ACTIVITY:
Where the word "centre" appears in a line below, copy the whole line.

(Recorded data)

┄┄┄┄┄┄

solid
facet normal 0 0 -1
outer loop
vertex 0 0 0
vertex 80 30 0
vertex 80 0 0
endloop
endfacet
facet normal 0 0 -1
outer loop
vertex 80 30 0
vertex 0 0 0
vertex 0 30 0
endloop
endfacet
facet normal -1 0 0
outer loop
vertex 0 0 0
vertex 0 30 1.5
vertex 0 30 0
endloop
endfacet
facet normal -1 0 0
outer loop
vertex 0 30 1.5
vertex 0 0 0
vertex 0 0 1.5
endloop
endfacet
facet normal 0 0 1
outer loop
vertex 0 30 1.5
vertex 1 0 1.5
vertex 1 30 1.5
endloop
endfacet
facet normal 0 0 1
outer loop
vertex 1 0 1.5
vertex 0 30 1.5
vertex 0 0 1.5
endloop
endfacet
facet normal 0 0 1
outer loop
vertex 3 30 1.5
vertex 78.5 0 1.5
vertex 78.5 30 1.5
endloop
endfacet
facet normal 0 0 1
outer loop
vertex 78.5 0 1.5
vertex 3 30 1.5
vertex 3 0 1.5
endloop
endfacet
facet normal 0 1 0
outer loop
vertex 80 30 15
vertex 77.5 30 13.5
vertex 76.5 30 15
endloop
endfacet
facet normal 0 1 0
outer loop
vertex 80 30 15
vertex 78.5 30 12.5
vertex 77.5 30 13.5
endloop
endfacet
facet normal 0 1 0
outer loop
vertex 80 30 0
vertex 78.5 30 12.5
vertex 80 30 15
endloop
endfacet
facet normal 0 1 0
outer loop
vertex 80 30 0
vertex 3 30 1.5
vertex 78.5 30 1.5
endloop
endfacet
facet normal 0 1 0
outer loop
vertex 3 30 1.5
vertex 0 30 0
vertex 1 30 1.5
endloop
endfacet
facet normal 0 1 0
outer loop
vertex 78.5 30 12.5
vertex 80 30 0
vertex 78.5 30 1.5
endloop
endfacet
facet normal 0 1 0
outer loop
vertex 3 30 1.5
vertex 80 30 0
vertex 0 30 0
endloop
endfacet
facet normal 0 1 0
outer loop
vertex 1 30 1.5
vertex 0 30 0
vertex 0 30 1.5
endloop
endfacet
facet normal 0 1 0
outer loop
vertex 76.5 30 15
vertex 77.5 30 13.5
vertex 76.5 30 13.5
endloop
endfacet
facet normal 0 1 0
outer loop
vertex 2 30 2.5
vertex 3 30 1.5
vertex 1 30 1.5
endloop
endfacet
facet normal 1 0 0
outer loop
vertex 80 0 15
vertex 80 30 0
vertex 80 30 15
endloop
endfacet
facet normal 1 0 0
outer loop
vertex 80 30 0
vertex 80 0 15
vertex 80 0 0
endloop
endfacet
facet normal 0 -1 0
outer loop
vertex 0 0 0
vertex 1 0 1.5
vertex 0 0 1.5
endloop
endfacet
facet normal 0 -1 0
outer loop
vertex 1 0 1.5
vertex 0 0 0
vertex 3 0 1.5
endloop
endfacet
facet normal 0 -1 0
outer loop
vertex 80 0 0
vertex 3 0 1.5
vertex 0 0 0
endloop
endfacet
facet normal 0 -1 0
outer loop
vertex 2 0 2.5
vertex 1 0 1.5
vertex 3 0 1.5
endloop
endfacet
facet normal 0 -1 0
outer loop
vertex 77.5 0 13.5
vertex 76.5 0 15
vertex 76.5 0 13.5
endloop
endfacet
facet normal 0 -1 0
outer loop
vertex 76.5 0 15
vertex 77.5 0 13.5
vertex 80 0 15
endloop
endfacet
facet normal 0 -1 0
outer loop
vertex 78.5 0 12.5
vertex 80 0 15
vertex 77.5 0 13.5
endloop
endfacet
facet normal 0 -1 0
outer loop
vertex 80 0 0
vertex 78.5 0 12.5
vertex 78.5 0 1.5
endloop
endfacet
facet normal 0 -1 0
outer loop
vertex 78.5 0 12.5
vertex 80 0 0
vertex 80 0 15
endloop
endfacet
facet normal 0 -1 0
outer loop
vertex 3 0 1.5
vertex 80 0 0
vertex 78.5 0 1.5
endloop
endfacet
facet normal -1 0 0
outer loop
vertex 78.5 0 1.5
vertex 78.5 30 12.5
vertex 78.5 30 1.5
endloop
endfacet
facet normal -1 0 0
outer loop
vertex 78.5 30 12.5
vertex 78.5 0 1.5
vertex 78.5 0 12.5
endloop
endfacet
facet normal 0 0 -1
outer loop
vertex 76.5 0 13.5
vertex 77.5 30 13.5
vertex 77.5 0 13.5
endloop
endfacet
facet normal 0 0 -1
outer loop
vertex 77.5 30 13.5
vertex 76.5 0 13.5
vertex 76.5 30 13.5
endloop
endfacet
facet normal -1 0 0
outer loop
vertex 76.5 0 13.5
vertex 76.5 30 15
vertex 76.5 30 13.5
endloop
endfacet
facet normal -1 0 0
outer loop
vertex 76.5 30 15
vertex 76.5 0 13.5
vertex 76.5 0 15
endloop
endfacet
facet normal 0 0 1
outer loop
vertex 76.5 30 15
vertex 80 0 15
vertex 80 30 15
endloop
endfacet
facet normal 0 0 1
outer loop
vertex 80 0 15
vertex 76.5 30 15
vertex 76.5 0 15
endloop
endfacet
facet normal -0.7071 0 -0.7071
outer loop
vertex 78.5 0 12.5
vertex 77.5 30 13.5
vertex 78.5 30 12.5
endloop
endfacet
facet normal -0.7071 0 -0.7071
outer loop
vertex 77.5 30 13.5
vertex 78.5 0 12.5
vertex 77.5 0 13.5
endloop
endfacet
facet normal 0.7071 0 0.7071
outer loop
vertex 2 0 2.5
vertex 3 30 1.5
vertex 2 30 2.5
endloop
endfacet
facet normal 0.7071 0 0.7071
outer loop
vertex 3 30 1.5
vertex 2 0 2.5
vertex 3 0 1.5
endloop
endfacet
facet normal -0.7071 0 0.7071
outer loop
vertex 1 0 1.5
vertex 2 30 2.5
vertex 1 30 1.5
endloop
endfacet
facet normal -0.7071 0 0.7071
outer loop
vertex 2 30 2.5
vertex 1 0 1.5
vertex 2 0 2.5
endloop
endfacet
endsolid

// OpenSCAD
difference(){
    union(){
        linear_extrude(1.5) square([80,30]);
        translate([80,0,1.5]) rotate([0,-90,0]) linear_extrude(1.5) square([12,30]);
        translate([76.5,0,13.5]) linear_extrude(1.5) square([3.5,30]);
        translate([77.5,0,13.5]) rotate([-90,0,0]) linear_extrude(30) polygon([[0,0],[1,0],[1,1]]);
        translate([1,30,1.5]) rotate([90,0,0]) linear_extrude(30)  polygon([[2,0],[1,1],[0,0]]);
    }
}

┄┄┄┄┄┄

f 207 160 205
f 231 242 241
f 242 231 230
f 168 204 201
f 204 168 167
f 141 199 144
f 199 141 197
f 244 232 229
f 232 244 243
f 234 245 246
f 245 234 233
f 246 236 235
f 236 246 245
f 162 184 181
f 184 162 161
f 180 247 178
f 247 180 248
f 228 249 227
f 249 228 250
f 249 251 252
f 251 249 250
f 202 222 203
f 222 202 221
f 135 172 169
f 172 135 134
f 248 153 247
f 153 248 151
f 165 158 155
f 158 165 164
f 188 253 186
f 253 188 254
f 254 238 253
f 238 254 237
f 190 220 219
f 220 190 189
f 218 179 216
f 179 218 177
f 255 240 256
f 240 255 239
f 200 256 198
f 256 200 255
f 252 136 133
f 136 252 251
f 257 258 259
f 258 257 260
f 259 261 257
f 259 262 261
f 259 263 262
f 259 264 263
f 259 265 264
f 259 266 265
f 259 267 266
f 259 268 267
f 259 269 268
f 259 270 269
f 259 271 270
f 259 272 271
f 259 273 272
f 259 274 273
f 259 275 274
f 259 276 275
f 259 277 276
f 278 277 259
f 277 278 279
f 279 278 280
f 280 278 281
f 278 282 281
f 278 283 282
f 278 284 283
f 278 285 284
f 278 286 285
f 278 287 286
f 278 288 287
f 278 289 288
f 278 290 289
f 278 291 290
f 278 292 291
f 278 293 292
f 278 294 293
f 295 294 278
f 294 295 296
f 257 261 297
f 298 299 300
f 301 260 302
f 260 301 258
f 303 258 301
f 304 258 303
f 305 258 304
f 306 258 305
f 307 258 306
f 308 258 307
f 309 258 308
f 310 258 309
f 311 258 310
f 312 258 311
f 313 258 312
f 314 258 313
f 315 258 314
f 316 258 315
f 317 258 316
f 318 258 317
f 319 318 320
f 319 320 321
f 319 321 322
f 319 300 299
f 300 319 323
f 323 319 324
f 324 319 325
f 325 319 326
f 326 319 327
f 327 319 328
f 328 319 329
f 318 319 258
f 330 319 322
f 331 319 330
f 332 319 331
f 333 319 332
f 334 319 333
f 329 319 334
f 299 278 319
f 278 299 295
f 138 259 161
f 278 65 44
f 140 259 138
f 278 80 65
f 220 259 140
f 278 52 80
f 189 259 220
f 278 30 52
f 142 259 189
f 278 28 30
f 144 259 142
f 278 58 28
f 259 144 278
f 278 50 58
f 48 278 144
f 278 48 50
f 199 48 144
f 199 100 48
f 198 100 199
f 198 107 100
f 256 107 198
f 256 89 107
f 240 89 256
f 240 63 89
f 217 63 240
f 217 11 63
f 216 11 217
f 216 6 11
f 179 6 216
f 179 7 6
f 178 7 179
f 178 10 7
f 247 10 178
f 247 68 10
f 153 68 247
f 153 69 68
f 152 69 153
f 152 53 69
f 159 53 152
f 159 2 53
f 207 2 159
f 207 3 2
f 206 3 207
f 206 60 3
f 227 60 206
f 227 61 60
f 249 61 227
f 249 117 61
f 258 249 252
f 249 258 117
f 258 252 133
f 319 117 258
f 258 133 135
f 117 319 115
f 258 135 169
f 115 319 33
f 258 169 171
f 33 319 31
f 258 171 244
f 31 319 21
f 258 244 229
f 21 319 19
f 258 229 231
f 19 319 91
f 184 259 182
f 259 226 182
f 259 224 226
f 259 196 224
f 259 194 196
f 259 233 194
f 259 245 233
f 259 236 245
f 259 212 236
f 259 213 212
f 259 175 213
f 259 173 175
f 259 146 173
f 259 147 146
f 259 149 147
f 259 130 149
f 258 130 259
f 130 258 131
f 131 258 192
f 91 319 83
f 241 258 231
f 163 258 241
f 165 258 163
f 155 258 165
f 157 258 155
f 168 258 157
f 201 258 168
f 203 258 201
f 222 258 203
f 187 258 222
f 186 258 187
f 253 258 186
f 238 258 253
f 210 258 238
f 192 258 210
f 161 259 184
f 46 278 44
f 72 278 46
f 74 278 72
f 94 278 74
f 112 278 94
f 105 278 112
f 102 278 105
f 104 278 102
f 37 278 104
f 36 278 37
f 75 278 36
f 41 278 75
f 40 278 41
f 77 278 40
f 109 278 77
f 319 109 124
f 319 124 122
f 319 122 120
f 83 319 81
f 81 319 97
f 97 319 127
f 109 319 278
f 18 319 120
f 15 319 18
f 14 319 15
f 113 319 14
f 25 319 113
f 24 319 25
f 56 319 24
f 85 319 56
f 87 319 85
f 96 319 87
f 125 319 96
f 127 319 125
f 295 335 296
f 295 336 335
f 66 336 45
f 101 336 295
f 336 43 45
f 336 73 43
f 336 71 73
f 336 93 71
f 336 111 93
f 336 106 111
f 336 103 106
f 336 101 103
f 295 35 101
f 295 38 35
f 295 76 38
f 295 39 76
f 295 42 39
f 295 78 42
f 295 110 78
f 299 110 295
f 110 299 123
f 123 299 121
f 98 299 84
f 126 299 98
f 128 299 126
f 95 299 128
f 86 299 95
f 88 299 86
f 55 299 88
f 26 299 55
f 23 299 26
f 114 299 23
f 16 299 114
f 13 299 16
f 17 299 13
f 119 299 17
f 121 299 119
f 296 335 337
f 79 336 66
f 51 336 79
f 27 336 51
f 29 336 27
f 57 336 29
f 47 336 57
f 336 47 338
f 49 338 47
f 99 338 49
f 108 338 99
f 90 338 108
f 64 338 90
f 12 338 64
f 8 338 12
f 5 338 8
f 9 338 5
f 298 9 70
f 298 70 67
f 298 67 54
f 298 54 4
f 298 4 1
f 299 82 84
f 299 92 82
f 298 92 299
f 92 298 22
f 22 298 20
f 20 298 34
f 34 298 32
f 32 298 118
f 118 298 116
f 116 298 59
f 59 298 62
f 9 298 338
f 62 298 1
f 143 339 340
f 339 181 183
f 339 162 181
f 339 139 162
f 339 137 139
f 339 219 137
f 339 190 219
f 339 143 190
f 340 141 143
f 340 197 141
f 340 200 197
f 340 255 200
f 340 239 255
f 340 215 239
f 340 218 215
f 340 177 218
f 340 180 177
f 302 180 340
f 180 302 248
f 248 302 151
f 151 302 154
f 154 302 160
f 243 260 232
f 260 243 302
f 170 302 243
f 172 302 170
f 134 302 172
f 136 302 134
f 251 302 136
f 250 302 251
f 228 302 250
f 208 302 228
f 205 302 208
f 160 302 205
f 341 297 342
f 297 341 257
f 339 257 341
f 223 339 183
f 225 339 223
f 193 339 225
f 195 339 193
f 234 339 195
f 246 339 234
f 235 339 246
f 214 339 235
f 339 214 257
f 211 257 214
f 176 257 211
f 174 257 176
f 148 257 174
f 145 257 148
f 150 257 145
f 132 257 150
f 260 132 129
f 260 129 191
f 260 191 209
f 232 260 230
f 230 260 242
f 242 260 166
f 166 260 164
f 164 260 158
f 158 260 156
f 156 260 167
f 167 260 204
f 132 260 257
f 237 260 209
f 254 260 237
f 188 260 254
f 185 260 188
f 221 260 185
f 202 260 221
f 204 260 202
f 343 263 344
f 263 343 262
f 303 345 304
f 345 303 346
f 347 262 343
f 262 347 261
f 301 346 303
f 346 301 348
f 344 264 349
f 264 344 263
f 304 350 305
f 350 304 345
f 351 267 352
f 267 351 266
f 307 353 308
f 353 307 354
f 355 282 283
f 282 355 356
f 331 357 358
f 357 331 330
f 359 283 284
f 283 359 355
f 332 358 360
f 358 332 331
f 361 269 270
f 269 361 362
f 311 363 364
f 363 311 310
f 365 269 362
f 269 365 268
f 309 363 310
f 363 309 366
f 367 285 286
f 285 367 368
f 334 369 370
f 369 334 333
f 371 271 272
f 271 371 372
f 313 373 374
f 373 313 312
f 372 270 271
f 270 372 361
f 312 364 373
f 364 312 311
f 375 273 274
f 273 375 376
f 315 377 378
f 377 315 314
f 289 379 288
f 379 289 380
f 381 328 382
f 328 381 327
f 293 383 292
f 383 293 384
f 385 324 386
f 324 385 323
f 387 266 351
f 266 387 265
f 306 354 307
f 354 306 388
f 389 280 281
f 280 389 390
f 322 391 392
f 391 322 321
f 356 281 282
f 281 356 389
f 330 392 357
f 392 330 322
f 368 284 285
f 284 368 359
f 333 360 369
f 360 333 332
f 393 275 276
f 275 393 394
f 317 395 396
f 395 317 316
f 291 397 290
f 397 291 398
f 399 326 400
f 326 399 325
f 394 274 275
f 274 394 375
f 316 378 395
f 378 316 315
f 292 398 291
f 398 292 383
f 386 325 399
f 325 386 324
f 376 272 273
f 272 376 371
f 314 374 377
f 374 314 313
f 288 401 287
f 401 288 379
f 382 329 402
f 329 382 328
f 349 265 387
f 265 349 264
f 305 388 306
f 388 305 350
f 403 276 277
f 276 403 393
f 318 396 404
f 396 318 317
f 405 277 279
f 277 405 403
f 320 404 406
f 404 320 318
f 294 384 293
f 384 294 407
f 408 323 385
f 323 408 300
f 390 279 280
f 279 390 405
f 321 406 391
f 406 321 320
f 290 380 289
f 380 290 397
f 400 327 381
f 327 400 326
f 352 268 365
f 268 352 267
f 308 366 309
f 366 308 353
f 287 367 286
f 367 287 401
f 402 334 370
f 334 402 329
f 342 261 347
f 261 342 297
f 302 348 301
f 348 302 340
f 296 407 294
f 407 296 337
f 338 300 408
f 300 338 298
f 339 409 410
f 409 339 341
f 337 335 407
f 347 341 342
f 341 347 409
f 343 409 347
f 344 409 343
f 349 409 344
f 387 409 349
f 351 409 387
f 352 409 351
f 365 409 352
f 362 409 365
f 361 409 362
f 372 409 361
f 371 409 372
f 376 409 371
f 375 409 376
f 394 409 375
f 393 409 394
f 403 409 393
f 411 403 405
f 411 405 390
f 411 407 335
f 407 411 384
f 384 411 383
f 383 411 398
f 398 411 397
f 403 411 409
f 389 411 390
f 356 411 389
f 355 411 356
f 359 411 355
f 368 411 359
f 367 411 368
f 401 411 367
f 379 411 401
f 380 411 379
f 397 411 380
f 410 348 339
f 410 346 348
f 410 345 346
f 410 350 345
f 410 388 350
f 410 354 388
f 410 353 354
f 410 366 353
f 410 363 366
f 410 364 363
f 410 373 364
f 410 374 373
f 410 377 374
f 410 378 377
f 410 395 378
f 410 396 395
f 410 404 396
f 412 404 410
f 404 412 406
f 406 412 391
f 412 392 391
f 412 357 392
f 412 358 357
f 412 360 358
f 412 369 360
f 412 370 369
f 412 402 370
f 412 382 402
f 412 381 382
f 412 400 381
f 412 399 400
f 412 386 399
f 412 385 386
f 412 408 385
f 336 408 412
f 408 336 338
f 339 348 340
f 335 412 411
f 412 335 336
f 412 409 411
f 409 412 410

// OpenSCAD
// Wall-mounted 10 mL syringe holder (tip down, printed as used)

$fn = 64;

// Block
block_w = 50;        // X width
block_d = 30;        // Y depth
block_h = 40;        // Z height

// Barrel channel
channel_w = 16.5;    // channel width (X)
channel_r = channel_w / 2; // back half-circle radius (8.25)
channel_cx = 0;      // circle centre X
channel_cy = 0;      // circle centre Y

┄┄┄┄┄┄

RESULT OF THE TASK:
channel_cx = 0;      // circle centre X
channel_cy = 0;      // circle centre Y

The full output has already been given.